======== Provided material ========
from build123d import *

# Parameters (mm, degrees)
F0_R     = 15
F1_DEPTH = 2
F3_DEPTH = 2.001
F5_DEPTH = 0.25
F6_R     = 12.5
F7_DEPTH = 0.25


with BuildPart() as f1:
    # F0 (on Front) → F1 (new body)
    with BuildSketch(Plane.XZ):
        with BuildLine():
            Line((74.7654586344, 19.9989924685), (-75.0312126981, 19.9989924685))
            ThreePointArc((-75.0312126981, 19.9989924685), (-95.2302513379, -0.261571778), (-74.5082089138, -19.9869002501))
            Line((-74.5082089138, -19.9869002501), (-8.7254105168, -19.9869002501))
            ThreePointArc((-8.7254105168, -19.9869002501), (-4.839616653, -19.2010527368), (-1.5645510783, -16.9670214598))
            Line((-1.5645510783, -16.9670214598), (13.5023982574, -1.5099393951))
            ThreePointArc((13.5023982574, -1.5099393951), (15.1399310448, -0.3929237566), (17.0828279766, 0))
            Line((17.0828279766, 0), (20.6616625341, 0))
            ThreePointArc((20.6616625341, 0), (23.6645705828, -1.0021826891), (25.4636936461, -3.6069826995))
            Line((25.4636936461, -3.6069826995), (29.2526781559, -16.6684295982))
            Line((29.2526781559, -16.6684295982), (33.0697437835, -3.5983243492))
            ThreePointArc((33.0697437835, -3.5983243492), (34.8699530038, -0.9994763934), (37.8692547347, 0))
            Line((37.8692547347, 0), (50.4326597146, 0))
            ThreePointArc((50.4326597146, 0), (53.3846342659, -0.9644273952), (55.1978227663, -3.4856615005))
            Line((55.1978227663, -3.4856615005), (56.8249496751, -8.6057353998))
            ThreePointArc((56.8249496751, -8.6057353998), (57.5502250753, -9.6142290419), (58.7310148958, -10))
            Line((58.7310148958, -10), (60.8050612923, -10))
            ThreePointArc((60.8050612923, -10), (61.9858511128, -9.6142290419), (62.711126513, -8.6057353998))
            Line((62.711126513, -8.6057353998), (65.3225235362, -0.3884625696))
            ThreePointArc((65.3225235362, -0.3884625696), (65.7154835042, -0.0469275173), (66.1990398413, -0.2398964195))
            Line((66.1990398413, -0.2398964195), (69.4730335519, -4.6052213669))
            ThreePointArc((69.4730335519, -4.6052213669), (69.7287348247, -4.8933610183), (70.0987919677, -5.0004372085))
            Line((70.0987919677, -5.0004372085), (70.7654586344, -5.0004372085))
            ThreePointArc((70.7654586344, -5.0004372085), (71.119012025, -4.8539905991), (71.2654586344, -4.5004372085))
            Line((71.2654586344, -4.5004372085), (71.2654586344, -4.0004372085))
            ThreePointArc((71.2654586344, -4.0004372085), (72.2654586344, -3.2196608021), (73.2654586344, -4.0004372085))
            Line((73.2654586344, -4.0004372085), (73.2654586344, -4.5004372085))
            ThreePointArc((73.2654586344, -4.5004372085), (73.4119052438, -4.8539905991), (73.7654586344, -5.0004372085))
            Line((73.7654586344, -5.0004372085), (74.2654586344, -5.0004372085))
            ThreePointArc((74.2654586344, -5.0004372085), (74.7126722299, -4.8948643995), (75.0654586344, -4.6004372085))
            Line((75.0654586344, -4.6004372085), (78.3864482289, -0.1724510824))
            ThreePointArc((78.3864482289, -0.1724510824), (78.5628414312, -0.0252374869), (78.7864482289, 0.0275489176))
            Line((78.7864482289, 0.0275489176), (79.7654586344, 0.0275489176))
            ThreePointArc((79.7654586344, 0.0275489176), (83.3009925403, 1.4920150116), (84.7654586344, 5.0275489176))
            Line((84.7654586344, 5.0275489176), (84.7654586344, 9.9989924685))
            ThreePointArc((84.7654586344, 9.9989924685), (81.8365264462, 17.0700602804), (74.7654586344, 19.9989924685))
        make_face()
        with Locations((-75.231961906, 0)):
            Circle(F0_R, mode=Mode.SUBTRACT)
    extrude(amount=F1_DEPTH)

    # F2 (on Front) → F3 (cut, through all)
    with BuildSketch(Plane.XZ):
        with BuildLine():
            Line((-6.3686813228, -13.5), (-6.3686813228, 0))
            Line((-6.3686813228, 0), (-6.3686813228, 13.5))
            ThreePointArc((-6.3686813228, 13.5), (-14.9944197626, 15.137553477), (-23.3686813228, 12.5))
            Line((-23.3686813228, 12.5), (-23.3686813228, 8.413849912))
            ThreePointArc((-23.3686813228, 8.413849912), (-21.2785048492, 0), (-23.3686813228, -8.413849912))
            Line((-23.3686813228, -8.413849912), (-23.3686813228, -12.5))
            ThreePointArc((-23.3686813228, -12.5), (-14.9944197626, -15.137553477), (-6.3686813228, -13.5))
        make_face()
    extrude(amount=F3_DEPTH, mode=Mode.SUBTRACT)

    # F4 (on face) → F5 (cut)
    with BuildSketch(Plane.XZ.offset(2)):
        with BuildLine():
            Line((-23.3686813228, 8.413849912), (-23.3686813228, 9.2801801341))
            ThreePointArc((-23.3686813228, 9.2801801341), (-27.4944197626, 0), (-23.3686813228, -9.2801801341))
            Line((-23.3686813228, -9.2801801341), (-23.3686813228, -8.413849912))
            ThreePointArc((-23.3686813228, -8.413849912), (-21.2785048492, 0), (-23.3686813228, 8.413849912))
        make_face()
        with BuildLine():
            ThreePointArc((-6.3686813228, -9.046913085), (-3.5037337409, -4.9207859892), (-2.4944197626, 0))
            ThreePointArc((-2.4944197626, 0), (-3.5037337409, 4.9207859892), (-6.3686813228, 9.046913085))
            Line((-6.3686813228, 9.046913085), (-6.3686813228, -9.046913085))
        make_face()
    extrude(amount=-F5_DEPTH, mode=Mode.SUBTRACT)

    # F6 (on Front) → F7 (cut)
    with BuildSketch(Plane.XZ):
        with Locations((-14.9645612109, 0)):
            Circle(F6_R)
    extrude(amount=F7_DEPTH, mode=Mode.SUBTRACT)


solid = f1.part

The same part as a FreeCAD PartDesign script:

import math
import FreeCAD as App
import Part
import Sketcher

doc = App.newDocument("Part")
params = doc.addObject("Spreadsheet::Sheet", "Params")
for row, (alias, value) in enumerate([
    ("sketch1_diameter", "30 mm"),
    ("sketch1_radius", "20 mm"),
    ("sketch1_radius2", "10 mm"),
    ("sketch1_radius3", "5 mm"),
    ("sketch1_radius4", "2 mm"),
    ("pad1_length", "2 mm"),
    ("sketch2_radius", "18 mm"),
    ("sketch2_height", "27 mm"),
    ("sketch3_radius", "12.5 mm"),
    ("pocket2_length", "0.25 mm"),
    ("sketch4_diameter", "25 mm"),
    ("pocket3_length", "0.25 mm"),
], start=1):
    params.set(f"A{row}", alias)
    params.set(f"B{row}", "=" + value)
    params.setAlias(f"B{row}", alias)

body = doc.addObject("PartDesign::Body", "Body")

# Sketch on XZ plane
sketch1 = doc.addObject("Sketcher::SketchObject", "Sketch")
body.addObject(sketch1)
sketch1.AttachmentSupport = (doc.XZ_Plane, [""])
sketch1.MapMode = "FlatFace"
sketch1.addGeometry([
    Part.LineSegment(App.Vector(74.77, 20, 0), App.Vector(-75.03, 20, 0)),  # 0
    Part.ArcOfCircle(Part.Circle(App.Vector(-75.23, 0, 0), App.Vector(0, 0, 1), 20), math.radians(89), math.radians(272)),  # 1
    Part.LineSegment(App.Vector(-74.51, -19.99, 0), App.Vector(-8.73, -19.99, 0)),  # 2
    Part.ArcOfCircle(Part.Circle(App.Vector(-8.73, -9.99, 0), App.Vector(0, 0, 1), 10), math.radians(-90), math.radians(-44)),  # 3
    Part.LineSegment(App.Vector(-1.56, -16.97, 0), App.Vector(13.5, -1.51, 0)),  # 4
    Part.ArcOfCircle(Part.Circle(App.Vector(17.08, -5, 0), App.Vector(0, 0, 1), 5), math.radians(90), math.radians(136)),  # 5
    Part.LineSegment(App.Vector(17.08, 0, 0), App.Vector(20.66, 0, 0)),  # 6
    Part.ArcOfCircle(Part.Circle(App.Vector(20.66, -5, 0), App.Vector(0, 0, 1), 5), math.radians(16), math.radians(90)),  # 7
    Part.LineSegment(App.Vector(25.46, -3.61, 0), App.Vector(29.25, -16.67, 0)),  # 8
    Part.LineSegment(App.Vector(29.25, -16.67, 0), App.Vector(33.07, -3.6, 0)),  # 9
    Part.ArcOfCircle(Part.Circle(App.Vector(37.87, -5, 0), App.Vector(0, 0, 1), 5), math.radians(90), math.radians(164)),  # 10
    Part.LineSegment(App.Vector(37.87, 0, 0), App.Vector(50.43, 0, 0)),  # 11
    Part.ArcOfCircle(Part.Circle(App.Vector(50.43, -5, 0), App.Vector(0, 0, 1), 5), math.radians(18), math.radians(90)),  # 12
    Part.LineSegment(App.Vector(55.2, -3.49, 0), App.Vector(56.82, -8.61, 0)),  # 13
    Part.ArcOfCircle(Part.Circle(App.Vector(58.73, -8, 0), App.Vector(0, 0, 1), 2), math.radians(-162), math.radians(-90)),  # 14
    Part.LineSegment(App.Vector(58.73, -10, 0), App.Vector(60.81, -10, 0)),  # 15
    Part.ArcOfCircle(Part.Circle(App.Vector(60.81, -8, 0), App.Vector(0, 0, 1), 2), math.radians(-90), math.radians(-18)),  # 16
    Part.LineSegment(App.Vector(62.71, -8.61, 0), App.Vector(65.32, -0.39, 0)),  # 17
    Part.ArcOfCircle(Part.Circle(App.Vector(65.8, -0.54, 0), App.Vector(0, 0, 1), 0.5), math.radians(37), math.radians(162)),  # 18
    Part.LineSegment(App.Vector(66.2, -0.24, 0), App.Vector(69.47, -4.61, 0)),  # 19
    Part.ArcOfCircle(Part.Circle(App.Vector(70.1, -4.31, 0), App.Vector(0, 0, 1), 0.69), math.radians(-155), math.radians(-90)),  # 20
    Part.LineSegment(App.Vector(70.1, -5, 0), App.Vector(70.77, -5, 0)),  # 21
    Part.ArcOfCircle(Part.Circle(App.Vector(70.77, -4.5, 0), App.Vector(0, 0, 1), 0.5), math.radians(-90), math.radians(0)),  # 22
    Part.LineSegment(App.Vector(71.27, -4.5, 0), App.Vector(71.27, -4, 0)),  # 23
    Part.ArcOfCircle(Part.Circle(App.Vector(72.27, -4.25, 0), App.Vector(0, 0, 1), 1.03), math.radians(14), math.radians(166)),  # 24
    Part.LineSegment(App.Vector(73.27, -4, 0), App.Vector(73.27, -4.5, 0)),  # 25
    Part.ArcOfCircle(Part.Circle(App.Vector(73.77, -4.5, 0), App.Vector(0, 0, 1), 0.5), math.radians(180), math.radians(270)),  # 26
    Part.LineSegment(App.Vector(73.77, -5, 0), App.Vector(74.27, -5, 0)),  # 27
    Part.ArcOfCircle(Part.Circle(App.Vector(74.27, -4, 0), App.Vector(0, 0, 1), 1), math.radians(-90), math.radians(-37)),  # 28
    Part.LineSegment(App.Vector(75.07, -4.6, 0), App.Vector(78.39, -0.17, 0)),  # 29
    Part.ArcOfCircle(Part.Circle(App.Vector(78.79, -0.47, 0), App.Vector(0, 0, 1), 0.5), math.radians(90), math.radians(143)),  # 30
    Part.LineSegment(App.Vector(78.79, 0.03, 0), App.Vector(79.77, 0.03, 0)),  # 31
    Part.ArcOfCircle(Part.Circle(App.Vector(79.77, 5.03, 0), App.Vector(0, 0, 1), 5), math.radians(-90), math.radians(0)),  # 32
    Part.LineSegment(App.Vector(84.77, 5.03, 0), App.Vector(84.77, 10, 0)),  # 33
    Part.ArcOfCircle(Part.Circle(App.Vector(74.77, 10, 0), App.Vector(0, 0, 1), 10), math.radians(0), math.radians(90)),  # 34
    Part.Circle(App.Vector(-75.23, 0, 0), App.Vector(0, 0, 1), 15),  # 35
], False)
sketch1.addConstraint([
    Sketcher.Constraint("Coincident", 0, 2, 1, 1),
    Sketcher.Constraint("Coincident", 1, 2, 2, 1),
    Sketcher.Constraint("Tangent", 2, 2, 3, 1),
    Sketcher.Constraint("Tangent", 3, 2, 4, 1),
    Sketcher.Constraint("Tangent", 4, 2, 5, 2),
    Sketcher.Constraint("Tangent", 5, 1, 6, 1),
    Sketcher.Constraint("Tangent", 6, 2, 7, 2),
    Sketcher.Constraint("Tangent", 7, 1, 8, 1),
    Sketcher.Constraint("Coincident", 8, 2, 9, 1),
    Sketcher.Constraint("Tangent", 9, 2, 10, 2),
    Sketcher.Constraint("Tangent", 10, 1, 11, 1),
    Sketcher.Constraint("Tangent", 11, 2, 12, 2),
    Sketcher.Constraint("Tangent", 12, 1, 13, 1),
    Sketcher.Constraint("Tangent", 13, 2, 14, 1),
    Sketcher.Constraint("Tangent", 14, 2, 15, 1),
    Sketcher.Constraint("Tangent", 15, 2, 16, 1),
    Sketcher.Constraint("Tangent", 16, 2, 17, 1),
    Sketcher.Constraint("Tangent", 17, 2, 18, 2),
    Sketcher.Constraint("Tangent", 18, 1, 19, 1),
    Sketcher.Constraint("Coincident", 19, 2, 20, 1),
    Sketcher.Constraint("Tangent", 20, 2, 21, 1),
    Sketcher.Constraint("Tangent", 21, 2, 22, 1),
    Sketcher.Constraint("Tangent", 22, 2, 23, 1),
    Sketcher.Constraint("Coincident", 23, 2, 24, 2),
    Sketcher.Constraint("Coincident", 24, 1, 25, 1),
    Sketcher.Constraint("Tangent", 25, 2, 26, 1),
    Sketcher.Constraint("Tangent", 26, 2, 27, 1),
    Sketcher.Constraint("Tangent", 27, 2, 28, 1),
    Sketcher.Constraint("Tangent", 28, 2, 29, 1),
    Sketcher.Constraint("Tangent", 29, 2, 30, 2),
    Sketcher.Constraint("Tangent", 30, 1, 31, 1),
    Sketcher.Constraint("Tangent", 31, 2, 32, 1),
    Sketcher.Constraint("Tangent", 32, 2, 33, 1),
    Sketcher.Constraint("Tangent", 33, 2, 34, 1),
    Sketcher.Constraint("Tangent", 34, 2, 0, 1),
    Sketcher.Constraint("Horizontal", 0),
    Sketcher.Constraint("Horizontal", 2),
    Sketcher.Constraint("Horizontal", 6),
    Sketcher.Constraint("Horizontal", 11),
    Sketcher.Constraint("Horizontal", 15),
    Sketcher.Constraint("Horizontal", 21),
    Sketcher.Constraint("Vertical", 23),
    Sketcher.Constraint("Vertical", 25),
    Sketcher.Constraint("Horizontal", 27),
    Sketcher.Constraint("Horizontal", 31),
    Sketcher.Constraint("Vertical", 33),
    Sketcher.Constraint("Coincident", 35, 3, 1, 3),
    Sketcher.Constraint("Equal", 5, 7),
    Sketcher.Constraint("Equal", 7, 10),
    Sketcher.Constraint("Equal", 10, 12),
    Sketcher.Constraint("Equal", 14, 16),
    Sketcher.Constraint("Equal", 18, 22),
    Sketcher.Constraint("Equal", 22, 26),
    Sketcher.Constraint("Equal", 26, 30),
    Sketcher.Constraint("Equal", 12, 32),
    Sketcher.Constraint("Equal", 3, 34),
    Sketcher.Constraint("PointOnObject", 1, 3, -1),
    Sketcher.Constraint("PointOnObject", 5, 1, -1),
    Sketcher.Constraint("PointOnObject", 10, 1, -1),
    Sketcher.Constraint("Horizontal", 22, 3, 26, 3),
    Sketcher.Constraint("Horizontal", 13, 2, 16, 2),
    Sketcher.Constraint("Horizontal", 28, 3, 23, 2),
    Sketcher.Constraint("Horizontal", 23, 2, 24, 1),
========
Task | Work out how many lines above contain "amount", then write only that number.

Response for this exercise | 4